- [Problem to work on] A stretch of the entries below is to be set down exactly, running from the line with "face PLANE(AX(P(18,0,400),D(0,0,1),D(1,0,0))) rev" through the line with "e71 v48 v45 LINE", both included, and no other line.

Stored items
------------

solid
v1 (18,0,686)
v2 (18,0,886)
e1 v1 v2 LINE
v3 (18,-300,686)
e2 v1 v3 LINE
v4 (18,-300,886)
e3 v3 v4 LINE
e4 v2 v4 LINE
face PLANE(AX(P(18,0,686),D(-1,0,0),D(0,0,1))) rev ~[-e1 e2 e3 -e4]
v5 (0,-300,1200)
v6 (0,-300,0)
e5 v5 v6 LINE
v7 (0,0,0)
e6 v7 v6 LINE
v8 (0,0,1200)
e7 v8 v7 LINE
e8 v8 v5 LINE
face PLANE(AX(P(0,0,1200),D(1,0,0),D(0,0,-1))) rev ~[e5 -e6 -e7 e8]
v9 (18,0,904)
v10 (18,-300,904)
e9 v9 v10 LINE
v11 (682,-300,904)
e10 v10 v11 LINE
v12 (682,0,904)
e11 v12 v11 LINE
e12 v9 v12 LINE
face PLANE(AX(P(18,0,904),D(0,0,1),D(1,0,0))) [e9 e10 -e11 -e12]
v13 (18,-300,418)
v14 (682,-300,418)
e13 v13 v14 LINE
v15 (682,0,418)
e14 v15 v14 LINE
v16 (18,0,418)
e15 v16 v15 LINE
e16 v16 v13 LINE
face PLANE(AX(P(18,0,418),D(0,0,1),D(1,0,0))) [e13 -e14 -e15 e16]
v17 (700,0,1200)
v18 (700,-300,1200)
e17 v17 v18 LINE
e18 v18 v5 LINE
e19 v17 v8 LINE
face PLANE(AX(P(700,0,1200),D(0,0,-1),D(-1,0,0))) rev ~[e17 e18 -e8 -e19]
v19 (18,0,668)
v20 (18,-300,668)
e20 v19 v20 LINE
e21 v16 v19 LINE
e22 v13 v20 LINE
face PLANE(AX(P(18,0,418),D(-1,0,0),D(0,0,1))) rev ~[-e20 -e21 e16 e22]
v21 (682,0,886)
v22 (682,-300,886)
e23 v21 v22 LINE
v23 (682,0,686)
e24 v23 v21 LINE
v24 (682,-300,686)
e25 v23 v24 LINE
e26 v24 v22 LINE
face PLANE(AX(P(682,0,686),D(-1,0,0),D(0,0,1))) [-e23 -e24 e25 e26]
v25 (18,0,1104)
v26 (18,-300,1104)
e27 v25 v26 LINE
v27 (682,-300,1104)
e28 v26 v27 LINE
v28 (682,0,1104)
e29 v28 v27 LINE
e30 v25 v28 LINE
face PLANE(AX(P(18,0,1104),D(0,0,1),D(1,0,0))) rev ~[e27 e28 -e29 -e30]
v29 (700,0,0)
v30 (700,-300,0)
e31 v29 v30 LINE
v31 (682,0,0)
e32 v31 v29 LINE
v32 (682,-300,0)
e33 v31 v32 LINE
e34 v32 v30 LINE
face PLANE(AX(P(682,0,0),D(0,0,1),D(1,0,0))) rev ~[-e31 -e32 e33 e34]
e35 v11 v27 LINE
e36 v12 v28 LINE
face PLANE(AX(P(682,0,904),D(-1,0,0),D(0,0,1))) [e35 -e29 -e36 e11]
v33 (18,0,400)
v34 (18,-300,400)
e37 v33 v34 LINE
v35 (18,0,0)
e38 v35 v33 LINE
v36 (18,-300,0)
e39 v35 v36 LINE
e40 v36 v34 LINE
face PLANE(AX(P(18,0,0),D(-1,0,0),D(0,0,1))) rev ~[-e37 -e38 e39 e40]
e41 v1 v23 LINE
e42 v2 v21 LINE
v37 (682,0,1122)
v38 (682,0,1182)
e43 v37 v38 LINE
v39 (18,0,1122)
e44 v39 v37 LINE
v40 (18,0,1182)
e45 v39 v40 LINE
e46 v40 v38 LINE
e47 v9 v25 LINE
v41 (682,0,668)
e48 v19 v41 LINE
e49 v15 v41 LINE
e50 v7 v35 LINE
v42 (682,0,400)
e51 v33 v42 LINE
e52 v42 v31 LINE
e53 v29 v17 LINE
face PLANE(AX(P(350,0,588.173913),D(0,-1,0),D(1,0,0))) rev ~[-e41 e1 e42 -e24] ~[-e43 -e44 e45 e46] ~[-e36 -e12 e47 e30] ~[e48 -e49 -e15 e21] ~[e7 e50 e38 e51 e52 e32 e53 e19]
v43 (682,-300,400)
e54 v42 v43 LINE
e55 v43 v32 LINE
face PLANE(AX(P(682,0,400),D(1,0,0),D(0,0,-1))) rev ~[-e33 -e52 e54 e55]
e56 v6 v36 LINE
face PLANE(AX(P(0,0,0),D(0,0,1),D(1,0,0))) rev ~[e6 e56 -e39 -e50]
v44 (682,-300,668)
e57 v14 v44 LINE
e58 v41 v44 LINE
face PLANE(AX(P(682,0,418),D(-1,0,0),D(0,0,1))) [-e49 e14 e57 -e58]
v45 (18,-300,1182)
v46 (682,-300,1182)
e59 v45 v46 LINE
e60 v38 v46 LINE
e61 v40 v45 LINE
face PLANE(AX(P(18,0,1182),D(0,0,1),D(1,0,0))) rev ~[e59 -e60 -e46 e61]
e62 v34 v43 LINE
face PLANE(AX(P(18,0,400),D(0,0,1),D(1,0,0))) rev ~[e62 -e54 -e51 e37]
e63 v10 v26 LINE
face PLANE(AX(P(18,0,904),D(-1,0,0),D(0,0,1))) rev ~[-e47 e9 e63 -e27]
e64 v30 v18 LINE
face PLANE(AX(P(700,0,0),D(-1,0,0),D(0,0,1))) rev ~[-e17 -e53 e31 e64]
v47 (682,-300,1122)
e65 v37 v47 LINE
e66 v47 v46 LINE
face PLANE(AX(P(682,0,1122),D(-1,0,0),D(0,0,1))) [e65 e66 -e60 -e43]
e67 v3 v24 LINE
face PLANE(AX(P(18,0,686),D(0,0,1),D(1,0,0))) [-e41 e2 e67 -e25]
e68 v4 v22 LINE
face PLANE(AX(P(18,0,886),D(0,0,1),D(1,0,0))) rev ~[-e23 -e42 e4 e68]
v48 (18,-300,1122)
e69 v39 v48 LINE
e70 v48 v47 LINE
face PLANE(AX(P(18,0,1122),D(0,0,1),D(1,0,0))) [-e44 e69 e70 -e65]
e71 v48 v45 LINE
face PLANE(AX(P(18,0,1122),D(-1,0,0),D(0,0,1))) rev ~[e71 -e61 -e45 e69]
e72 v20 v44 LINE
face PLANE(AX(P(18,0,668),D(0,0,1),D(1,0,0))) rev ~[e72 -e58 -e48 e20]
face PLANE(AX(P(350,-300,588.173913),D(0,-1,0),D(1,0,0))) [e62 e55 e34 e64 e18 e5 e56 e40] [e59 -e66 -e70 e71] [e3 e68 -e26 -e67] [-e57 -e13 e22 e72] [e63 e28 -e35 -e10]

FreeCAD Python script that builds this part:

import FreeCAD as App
import Part
import Sketcher

V = App.Vector
Q = App.Units.Quantity

doc = App.newDocument("Part")
body = doc.addObject("PartDesign::Body", "Body")

# Sketch on XZ plane
sketch1 = body.newObject("Sketcher::SketchObject", "Sketch")
sketch1.AttachmentSupport = (doc.getObject("XZ_Plane"), [""])
sketch1.MapMode = "FlatFace"
sketch1.addGeometry(Part.LineSegment(V(0, 1200, 0), V(0, 0, 0)), False)
sketch1.addGeometry(Part.LineSegment(V(0, 0, 0), V(18, 0, 0)), False)
sketch1.addGeometry(Part.LineSegment(V(18, 0, 0), V(18, 400, 0)), False)
sketch1.addGeometry(Part.LineSegment(V(18, 400, 0), V(682, 400, 0)), False)
sketch1.addGeometry(Part.LineSegment(V(682, 400, 0), V(682, 0, 0)), False)
sketch1.addGeometry(Part.LineSegment(V(682, 0, 0), V(700, 0, 0)), False)
sketch1.addGeometry(Part.LineSegment(V(700, 0, 0), V(700, 1200, 0)), False)
sketch1.addGeometry(Part.LineSegment(V(700, 1200, 0), V(0, 1200, 0)), False)
sketch1.addGeometry(Part.LineSegment(V(682, 418, 0), V(18, 418, 0)), False)
sketch1.addGeometry(Part.LineSegment(V(18, 418, 0), V(18, 668, 0)), False)
sketch1.addGeometry(Part.LineSegment(V(18, 668, 0), V(682, 668, 0)), False)
sketch1.addGeometry(Part.LineSegment(V(682, 668, 0), V(682, 418, 0)), False)
sketch1.addGeometry(Part.LineSegment(V(682, 686, 0), V(18, 686, 0)), False)
sketch1.addGeometry(Part.LineSegment(V(18, 686, 0), V(18, 886, 0)), False)
sketch1.addGeometry(Part.LineSegment(V(18, 886, 0), V(682, 886, 0)), False)
sketch1.addGeometry(Part.LineSegment(V(682, 886, 0), V(682, 686, 0)), False)
sketch1.addGeometry(Part.LineSegment(V(682, 904, 0), V(18, 904, 0)), False)
sketch1.addGeometry(Part.LineSegment(V(18, 904, 0), V(18, 1104, 0)), False)
sketch1.addGeometry(Part.LineSegment(V(18, 1104, 0), V(682, 1104, 0)), False)
sketch1.addGeometry(Part.LineSegment(V(682, 1104, 0), V(682, 904, 0)), False)
sketch1.addGeometry(Part.LineSegment(V(682, 1122, 0), V(18, 1122, 0)), False)
sketch1.addGeometry(Part.LineSegment(V(18, 1122, 0), V(18, 1182, 0)), False)
sketch1.addGeometry(Part.LineSegment(V(18, 1182, 0), V(682, 1182, 0)), False)
sketch1.addGeometry(Part.LineSegment(V(682, 1182, 0), V(682, 1122, 0)), False)
sketch1.addConstraint(Sketcher.Constraint("Coincident", 0, 2, 1, 1))
sketch1.addConstraint(Sketcher.Constraint("Coincident", 1, 2, 2, 1))
sketch1.addConstraint(Sketcher.Constraint("Coincident", 2, 2, 3, 1))
sketch1.addConstraint(Sketcher.Constraint("Coincident", 3, 2, 4, 1))
sketch1.addConstraint(Sketcher.Constraint("Coincident", 4, 2, 5, 1))
sketch1.addConstraint(Sketcher.Constraint("Coincident", 5, 2, 6, 1))
sketch1.addConstraint(Sketcher.Constraint("Coincident", 6, 2, 7, 1))
sketch1.addConstraint(Sketcher.Constraint("Coincident", 7, 2, 0, 1))
sketch1.addConstraint(Sketcher.Constraint("Coincident", 8, 2, 9, 1))
sketch1.addConstraint(Sketcher.Constraint("Coincident", 9, 2, 10, 1))
sketch1.addConstraint(Sketcher.Constraint("Coincident", 10, 2, 11, 1))
sketch1.addConstraint(Sketcher.Constraint("Coincident", 11, 2, 8, 1))
sketch1.addConstraint(Sketcher.Constraint("Coincident", 12, 2, 13, 1))
sketch1.addConstraint(Sketcher.Constraint("Coincident", 13, 2, 14, 1))
sketch1.addConstraint(Sketcher.Constraint("Coincident", 14, 2, 15, 1))
sketch1.addConstraint(Sketcher.Constraint("Coincident", 15, 2, 12, 1))
sketch1.addConstraint(Sketcher.Constraint("Coincident", 16, 2, 17, 1))
sketch1.addConstraint(Sketcher.Constraint("Coincident", 17, 2, 18, 1))
sketch1.addConstraint(Sketcher.Constraint("Coincident", 18, 2, 19, 1))
sketch1.addConstraint(Sketcher.Constraint("Coincident", 19, 2, 16, 1))
sketch1.addConstraint(Sketcher.Constraint("Coincident", 20, 2, 21, 1))
sketch1.addConstraint(Sketcher.Constraint("Coincident", 21, 2, 22, 1))
sketch1.addConstraint(Sketcher.Constraint("Coincident", 22, 2, 23, 1))
sketch1.addConstraint(Sketcher.Constraint("Coincident", 23, 2, 20, 1))
sketch1.addConstraint(Sketcher.Constraint("Vertical", 0))
sketch1.addConstraint(Sketcher.Constraint("Horizontal", 1))
sketch1.addConstraint(Sketcher.Constraint("Vertical", 2))
sketch1.addConstraint(Sketcher.Constraint("Horizontal", 3))
sketch1.addConstraint(Sketcher.Constraint("Vertical", 4))
sketch1.addConstraint(Sketcher.Constraint("Horizontal", 5))
sketch1.addConstraint(Sketcher.Constraint("Vertical", 6))
sketch1.addConstraint(Sketcher.Constraint("Horizontal", 7))
sketch1.addConstraint(Sketcher.Constraint("Horizontal", 8))
sketch1.addConstraint(Sketcher.Constraint("Vertical", 9))
sketch1.addConstraint(Sketcher.Constraint("Horizontal", 10))
sketch1.addConstraint(Sketcher.Constraint("Vertical", 11))
sketch1.addConstraint(Sketcher.Constraint("Horizontal", 12))
sketch1.addConstraint(Sketcher.Constraint("Vertical", 13))
sketch1.addConstraint(Sketcher.Constraint("Horizontal", 14))
sketch1.addConstraint(Sketcher.Constraint("Vertical", 15))
sketch1.addConstraint(Sketcher.Constraint("Horizontal", 16))
sketch1.addConstraint(Sketcher.Constraint("Vertical", 17))
sketch1.addConstraint(Sketcher.Constraint("Horizontal", 18))
sketch1.addConstraint(Sketcher.Constraint("Vertical", 19))
sketch1.addConstraint(Sketcher.Constraint("Horizontal", 20))
sketch1.addConstraint(Sketcher.Constraint("Vertical", 21))
sketch1.addConstraint(Sketcher.Constraint("Horizontal", 22))
sketch1.addConstraint(Sketcher.Constraint("Vertical", 23))
sketch1.addConstraint(Sketcher.Constraint("Coincident", 0, 2, -1, 1))
sketch1.addConstraint(Sketcher.Constraint("PointOnObject", 4, 2, -1))
sketch1.addConstraint(Sketcher.Constraint("Vertical", 2, 2, 8, 2))
sketch1.addConstraint(Sketcher.Constraint("Vertical", 4, 2, 10, 2))
sketch1.addConstraint(Sketcher.Constraint("Vertical", 9, 2, 12, 2))
sketch1.addConstraint(Sketcher.Constraint("Vertical", 11, 2, 14, 2))
sketch1.addConstraint(Sketcher.Constraint("Vertical", 13, 2, 16, 2))
sketch1.addConstraint(Sketcher.Constraint("Vertical", 15, 2, 18, 2))
sketch1.addConstraint(Sketcher.Constraint("Vertical", 17, 2, 20, 2))
sketch1.addConstraint(Sketcher.Constraint("Vertical", 19, 2, 22, 2))
sketch1.addConstraint(Sketcher.Constraint("Equal", 1, 5))
sketch1.addConstraint(Sketcher.Constraint("Equal", 15, 17))
sketch1.addConstraint(Sketcher.Constraint("DistanceX", 1, 1, 1, 2, Q("18 mm")))
sketch1.addConstraint(Sketcher.Constraint("DistanceX", 3, 1, 3, 2, Q("664 mm")))
sketch1.addConstraint(Sketcher.Constraint("DistanceY", 0, 2, 0, 1, Q("1200 mm")))
sketch1.addConstraint(Sketcher.Constraint("DistanceY", 2, 1, 2, 2, Q("400 mm")))
sketch1.addConstraint(Sketcher.Constraint("DistanceY", 9, 1, 9, 2, Q("250 mm")))
sketch1.addConstraint(Sketcher.Constraint("DistanceY", 13, 1, 13, 2, Q("200 mm")))
sketch1.addConstraint(Sketcher.Constraint("DistanceY", 21, 1, 21, 2, Q("60 mm")))
sketch1.addConstraint(Sketcher.Constraint("DistanceY", -1, 1, 8, 2, Q("418 mm")))
sketch1.addConstraint(Sketcher.Constraint("DistanceY", -1, 1, 12, 2, Q("686 mm")))
sketch1.addConstraint(Sketcher.Constraint("DistanceY", -1, 1, 16, 2, Q("904 mm")))
sketch1.addConstraint(Sketcher.Constraint("DistanceY", -1, 1, 20, 2, Q("1122 mm")))
pad1 = body.newObject("PartDesign::Pad", "Pad")
pad1.Profile = sketch1
pad1.Length = 300

doc.recompute()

------------

- [Exercise solution]
face PLANE(AX(P(18,0,400),D(0,0,1),D(1,0,0))) rev ~[e62 -e54 -e51 e37]
e63 v10 v26 LINE
face PLANE(AX(P(18,0,904),D(-1,0,0),D(0,0,1))) rev ~[-e47 e9 e63 -e27]
e64 v30 v18 LINE
face PLANE(AX(P(700,0,0),D(-1,0,0),D(0,0,1))) rev ~[-e17 -e53 e31 e64]
v47 (682,-300,1122)
e65 v37 v47 LINE
e66 v47 v46 LINE
face PLANE(AX(P(682,0,1122),D(-1,0,0),D(0,0,1))) [e65 e66 -e60 -e43]
e67 v3 v24 LINE
face PLANE(AX(P(18,0,686),D(0,0,1),D(1,0,0))) [-e41 e2 e67 -e25]
e68 v4 v22 LINE
face PLANE(AX(P(18,0,886),D(0,0,1),D(1,0,0))) rev ~[-e23 -e42 e4 e68]
v48 (18,-300,1122)
e69 v39 v48 LINE
e70 v48 v47 LINE
face PLANE(AX(P(18,0,1122),D(0,0,1),D(1,0,0))) [-e44 e69 e70 -e65]
e71 v48 v45 LINE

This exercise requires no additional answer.